# Is this how Amtrak got started?



## PetalumaLoco (Jul 31, 2008)

WSJ story here. 

Next thing you know, if interstate hiways don't turn a profit, the feds will quit maintaining them.

Oh, yeah, that's already started to happen...


----------



## Green Maned Lion (Jul 31, 2008)

My solution to highway congestion is to close off one lane of every major highway.


----------



## PRR 60 (Jul 31, 2008)

PetalumaLoco said:


> WSJ story here.
> Next thing you know, if interstate hiways don't turn a profit, the feds will quit maintaining them.
> 
> Oh, yeah, that's already started to happen...
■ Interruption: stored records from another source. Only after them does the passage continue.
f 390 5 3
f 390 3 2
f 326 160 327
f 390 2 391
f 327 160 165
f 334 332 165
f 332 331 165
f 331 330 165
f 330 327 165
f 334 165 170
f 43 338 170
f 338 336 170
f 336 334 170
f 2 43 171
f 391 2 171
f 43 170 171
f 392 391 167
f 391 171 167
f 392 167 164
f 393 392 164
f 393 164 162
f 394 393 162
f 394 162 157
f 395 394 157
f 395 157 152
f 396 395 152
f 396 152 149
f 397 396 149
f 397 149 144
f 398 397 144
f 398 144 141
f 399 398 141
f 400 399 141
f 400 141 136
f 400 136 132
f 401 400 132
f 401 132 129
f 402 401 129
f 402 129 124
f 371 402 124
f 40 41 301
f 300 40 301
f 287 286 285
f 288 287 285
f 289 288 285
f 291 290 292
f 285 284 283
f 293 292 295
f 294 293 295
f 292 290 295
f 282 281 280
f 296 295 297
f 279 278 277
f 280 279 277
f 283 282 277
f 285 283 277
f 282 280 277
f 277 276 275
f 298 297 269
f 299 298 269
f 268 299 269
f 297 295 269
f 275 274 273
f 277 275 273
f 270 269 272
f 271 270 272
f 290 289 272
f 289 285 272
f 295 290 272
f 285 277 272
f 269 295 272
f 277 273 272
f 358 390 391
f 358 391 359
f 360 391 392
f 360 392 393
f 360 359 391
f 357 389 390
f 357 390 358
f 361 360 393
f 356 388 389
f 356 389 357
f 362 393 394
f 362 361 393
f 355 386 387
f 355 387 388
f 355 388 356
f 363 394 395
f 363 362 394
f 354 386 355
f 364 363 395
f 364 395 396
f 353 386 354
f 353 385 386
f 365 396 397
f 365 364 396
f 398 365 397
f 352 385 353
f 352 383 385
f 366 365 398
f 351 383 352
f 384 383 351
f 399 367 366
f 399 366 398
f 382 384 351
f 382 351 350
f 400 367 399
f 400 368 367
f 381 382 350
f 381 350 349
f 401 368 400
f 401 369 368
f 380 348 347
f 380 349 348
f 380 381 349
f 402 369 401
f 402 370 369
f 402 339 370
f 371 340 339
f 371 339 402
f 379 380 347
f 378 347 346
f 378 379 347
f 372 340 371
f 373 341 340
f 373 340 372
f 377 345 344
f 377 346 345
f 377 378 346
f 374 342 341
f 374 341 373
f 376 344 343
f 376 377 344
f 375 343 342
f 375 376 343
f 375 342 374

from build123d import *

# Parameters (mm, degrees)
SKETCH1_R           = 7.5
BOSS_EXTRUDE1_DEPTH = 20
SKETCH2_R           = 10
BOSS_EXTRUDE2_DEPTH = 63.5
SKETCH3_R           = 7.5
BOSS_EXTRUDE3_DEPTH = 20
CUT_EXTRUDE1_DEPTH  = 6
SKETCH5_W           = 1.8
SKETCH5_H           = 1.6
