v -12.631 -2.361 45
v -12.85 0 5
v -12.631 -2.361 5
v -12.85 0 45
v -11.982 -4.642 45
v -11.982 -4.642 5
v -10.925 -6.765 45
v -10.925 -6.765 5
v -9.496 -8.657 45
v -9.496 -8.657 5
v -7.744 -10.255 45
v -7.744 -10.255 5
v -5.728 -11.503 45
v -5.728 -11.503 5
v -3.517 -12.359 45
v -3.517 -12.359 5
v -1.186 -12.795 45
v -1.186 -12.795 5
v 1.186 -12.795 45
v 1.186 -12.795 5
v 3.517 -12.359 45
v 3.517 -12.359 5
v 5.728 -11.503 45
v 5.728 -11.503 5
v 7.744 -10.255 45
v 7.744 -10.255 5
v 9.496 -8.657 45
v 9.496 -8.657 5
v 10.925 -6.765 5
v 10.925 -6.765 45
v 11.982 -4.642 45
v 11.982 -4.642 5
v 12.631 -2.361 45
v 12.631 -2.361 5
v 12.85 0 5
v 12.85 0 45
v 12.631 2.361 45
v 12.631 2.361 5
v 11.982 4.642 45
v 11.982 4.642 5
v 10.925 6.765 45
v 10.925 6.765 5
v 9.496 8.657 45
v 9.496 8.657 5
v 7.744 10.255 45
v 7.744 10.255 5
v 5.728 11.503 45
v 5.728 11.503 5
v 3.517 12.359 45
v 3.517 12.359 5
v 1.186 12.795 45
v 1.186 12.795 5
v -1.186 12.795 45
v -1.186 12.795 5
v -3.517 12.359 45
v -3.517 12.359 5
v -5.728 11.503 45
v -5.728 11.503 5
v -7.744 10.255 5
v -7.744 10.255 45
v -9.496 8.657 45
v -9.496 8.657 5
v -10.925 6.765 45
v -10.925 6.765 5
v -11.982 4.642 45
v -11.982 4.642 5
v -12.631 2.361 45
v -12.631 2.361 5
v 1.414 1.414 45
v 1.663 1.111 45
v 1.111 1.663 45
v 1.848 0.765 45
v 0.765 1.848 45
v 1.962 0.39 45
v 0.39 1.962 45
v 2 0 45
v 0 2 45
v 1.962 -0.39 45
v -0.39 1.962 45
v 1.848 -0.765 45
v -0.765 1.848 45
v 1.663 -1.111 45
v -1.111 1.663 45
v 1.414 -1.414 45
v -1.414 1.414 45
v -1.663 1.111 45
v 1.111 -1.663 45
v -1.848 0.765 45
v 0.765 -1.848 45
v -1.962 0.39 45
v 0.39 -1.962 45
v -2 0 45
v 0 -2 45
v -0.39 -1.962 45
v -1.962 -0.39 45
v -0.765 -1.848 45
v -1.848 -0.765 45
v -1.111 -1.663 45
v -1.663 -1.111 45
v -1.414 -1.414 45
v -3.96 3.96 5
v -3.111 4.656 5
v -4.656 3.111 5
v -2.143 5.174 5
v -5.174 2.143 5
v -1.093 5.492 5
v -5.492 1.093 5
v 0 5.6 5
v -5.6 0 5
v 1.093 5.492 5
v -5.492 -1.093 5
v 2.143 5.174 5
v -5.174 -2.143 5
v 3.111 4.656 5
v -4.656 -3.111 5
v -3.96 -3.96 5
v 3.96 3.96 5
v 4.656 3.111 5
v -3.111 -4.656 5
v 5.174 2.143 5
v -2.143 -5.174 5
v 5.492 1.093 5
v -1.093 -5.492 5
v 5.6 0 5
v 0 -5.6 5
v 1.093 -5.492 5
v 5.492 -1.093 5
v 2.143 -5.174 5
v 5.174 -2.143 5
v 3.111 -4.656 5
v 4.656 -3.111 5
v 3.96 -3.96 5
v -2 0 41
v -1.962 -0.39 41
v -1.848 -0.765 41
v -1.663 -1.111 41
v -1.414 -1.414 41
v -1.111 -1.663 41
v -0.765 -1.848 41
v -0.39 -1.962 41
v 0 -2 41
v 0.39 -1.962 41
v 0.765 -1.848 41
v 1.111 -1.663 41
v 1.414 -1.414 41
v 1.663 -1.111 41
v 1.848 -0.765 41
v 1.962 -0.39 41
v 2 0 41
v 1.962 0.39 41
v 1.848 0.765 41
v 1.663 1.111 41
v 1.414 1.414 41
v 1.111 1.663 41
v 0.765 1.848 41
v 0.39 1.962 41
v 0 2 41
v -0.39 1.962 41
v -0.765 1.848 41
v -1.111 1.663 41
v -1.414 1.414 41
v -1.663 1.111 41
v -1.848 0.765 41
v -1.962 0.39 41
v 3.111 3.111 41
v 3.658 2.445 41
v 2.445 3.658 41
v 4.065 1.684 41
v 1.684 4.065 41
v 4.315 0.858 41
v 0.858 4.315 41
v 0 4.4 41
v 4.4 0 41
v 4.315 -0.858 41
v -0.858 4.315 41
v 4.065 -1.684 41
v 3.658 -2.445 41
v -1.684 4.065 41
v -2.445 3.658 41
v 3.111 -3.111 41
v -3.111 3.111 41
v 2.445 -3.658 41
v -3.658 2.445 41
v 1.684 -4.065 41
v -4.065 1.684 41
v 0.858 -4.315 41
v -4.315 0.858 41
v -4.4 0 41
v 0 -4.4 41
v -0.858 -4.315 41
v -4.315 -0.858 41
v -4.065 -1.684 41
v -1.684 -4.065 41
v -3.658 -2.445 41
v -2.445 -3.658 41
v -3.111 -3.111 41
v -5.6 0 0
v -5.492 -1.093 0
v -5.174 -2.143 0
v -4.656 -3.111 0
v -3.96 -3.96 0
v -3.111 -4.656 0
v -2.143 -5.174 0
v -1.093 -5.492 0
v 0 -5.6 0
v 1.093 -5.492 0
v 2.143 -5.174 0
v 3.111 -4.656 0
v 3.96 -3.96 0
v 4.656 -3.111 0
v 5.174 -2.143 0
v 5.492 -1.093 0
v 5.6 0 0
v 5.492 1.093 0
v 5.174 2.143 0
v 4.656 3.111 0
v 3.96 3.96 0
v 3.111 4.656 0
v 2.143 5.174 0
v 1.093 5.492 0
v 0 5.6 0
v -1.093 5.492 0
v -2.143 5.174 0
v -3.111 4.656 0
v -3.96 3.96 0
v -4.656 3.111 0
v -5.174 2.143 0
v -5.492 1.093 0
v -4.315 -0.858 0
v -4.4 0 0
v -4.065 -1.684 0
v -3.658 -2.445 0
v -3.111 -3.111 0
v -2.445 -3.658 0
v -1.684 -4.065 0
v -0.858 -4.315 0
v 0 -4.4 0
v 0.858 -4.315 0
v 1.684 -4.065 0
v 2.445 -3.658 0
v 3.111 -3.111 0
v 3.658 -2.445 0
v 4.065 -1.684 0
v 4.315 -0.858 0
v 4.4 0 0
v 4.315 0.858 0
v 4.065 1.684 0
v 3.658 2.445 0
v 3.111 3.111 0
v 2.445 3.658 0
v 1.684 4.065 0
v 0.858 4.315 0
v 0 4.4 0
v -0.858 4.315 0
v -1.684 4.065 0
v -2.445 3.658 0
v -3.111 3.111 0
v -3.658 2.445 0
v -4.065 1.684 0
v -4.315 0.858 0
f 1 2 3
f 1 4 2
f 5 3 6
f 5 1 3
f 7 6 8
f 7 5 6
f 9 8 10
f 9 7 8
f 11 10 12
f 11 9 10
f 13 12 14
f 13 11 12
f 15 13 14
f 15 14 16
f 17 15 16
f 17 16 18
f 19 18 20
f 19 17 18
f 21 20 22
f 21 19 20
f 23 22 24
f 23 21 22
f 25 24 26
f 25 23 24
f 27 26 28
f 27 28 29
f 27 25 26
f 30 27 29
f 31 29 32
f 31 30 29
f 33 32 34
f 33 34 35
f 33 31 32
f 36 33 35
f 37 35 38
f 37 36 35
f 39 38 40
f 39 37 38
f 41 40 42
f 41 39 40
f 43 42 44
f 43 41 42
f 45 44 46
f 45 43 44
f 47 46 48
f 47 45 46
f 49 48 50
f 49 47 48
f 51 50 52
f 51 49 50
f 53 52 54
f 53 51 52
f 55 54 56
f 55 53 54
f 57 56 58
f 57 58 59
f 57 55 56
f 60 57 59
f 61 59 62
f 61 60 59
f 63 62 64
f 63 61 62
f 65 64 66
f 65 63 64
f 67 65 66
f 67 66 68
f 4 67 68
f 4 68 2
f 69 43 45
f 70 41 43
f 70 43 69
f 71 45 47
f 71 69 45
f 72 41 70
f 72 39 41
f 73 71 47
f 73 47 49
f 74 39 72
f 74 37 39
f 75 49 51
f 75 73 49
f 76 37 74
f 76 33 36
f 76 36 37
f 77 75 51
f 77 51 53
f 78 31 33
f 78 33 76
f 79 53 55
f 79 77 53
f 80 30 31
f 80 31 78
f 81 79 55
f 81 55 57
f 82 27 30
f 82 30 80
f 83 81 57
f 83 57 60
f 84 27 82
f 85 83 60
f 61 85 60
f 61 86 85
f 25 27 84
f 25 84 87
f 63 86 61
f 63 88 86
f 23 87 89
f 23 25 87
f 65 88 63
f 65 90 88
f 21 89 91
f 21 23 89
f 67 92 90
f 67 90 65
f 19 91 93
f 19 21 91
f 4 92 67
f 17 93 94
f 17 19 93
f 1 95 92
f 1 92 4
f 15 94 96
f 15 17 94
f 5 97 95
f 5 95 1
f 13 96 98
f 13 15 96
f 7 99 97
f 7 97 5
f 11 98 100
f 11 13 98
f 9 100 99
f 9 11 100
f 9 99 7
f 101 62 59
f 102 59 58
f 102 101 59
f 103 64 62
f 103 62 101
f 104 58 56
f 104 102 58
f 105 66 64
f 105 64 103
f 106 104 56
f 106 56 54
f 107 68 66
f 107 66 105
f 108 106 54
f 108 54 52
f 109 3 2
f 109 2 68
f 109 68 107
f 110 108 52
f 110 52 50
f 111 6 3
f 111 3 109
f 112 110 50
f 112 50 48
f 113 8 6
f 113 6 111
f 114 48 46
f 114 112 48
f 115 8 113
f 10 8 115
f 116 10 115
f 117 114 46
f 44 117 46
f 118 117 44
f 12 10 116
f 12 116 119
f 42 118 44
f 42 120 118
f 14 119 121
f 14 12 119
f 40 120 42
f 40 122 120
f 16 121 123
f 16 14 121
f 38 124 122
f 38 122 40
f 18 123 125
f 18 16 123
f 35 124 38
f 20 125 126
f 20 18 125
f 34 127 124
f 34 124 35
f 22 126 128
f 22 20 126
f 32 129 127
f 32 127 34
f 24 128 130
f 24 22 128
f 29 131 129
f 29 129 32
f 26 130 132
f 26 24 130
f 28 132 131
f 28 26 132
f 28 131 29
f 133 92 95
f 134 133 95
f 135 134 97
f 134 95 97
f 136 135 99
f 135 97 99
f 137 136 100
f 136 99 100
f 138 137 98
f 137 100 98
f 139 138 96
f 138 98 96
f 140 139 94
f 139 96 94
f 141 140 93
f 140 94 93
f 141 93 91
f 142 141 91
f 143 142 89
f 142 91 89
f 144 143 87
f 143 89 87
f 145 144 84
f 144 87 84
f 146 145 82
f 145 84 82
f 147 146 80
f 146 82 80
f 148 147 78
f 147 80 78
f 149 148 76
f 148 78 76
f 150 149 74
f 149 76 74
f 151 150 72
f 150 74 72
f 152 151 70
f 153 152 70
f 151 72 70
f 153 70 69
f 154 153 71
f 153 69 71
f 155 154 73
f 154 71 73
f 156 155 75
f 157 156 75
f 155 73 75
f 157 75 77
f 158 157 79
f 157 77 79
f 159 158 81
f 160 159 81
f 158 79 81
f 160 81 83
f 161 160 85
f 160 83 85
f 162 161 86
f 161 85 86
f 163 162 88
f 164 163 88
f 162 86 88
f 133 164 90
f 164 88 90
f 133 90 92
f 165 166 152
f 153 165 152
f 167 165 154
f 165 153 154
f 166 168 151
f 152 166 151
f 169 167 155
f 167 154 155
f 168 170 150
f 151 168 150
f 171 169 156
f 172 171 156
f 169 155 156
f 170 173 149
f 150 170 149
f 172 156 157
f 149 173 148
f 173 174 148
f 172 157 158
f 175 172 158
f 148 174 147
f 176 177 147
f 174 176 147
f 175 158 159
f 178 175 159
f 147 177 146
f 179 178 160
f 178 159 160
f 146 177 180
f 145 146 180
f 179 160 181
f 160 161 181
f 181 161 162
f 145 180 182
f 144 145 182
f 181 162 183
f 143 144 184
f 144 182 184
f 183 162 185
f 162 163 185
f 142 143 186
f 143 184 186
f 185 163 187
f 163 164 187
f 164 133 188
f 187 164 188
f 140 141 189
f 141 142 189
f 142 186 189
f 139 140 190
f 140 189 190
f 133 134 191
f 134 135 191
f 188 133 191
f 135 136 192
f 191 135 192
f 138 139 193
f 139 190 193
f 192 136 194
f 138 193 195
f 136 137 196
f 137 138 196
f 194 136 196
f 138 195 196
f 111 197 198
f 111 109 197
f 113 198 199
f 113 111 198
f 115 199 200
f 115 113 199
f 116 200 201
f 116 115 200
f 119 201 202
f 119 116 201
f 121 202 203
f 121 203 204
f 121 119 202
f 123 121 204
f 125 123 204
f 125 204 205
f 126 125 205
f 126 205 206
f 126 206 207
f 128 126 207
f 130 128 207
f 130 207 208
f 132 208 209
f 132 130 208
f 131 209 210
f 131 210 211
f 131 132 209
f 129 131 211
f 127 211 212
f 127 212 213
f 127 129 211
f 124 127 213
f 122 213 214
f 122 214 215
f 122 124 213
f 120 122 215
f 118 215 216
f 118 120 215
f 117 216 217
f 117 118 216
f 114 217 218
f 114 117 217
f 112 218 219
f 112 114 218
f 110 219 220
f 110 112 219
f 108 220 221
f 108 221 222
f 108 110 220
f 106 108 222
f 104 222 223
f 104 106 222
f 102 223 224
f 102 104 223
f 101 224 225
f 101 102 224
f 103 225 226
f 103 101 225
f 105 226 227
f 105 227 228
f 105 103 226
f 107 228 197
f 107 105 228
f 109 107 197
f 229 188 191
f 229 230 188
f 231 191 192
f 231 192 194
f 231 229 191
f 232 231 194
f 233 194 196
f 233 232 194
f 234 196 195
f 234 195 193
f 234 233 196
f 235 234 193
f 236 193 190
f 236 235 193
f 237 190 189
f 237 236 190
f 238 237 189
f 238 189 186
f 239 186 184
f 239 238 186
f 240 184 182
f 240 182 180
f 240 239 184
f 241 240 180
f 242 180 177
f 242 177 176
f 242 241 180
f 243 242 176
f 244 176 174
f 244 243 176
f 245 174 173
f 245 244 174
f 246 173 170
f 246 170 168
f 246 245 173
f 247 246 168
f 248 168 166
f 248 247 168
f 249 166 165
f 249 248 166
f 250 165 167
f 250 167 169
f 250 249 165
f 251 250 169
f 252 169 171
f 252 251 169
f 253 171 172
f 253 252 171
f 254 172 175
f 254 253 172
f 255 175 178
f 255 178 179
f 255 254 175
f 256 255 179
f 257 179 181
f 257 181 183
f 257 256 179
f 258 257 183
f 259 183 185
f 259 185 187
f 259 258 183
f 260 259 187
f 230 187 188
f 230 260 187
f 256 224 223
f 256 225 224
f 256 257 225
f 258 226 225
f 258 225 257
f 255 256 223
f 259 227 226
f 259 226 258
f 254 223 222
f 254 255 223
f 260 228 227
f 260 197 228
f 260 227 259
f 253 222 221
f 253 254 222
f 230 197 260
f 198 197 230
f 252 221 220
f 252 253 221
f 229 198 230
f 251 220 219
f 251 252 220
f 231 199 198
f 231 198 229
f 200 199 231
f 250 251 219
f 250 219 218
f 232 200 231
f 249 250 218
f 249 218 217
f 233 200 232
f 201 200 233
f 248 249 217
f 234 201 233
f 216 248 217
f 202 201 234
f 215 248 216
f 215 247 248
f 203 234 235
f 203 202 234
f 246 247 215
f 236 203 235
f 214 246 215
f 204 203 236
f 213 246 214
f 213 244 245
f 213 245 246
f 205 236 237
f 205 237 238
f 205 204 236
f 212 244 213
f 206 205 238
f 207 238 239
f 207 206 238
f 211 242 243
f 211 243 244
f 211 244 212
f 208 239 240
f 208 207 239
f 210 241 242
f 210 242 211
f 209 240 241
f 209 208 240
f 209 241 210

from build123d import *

# Parameters (mm, degrees)
SKETCH001_R   = 4.4
SKETCH001_R_2 = 2
PAD_DEPTH     = 4


with BuildPart() as part:
    # Sketch → Revolution (revolve)
    with BuildSketch(Plane.XZ):
        Polygon((-4.4, 0), (-5.6, 0), (-5.6, 5), (-12.85, 5), (-12.85, 45), (-4.4, 45), align=None)
    revolve(axis=Axis((0, 0, 0), (0, 0, 1)))

    # Sketch001 (on Face5 of Revolution) → Pad (new body)
    with BuildSketch(Plane(origin=(0, 0, 45), x_dir=(-1, 0, 0), z_dir=(0, 0, 1))):
        Circle(SKETCH001_R)
        Circle(SKETCH001_R_2, mode=Mode.SUBTRACT)
    extrude(amount=-PAD_DEPTH)


solid = part.part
The "Feds" don't maintain them now. All highway maintenance, including Interstates, is the responsibility of the individual states. The Federal Highway Administration only funds capital projects.


----------



## saxman (Aug 1, 2008)

Mary Peters sure seems to be against raising the gas-tax, even though many have recommended it. There's no way 18 cents is doing the same as it was back in 1993, when the tax was set. I really think this gas-tax holiday will seriously hurt us in the long run. So are we slowly going to get away from rail vs. highways and go toward rail AND highways? I sure hope so, but I don't think private firms charging tolls will help reduce oil dependance nor will it help the argument for more mass-transit and intercity rail. OTOH, I'm not totally against tolling new roads either. I have no data to back myself up, but it SEEMS to me that the toll roads I sometimes drive on, there is less urban sprawl. People won't drive on it as much because its harder to drive on for a short distance, therefore there is less strip mall development near exits. I know thats not totally true, but in some rural areas where a toll road is, it seems to be the case. So with that said, I just think the simple solution is to raise the gas-tax, even if its a few cents.


----------



## RailFanLNK (Aug 6, 2008)

Read in a book about Amtrak that Graham Claytor came up with the "Ampenny", 1 cent of every gallon of gas would fund rail services in the USA. Guess it got shot down in Congress. Allthough, that to me is a good idea!


----------



## Green Maned Lion (Aug 7, 2008)

It would be an exceptional idea, actually, although I'd prefer an Amdollar, or Amquarter, or Amdime, or Amnickel. But an Ampenny is a start. It would give Amtrak a dedicated funding source and get rid of the annual appropriations for operating budget nonsense.


----------



## TransitGeek (Dec 6, 2008)

I think highway tolls are a great idea, because they start to charge auto users for the actual cost of their trip. That'd be something useful for changing behaviour in travelers. However, private companies charging tolls isn't going to help much of anything. We need to quit with the contracting and outsourcing and allow the government to collect tolls from public infrastructure. That way, the tolls can help towards highway maintenance, but can also go towards funding other transportation projects.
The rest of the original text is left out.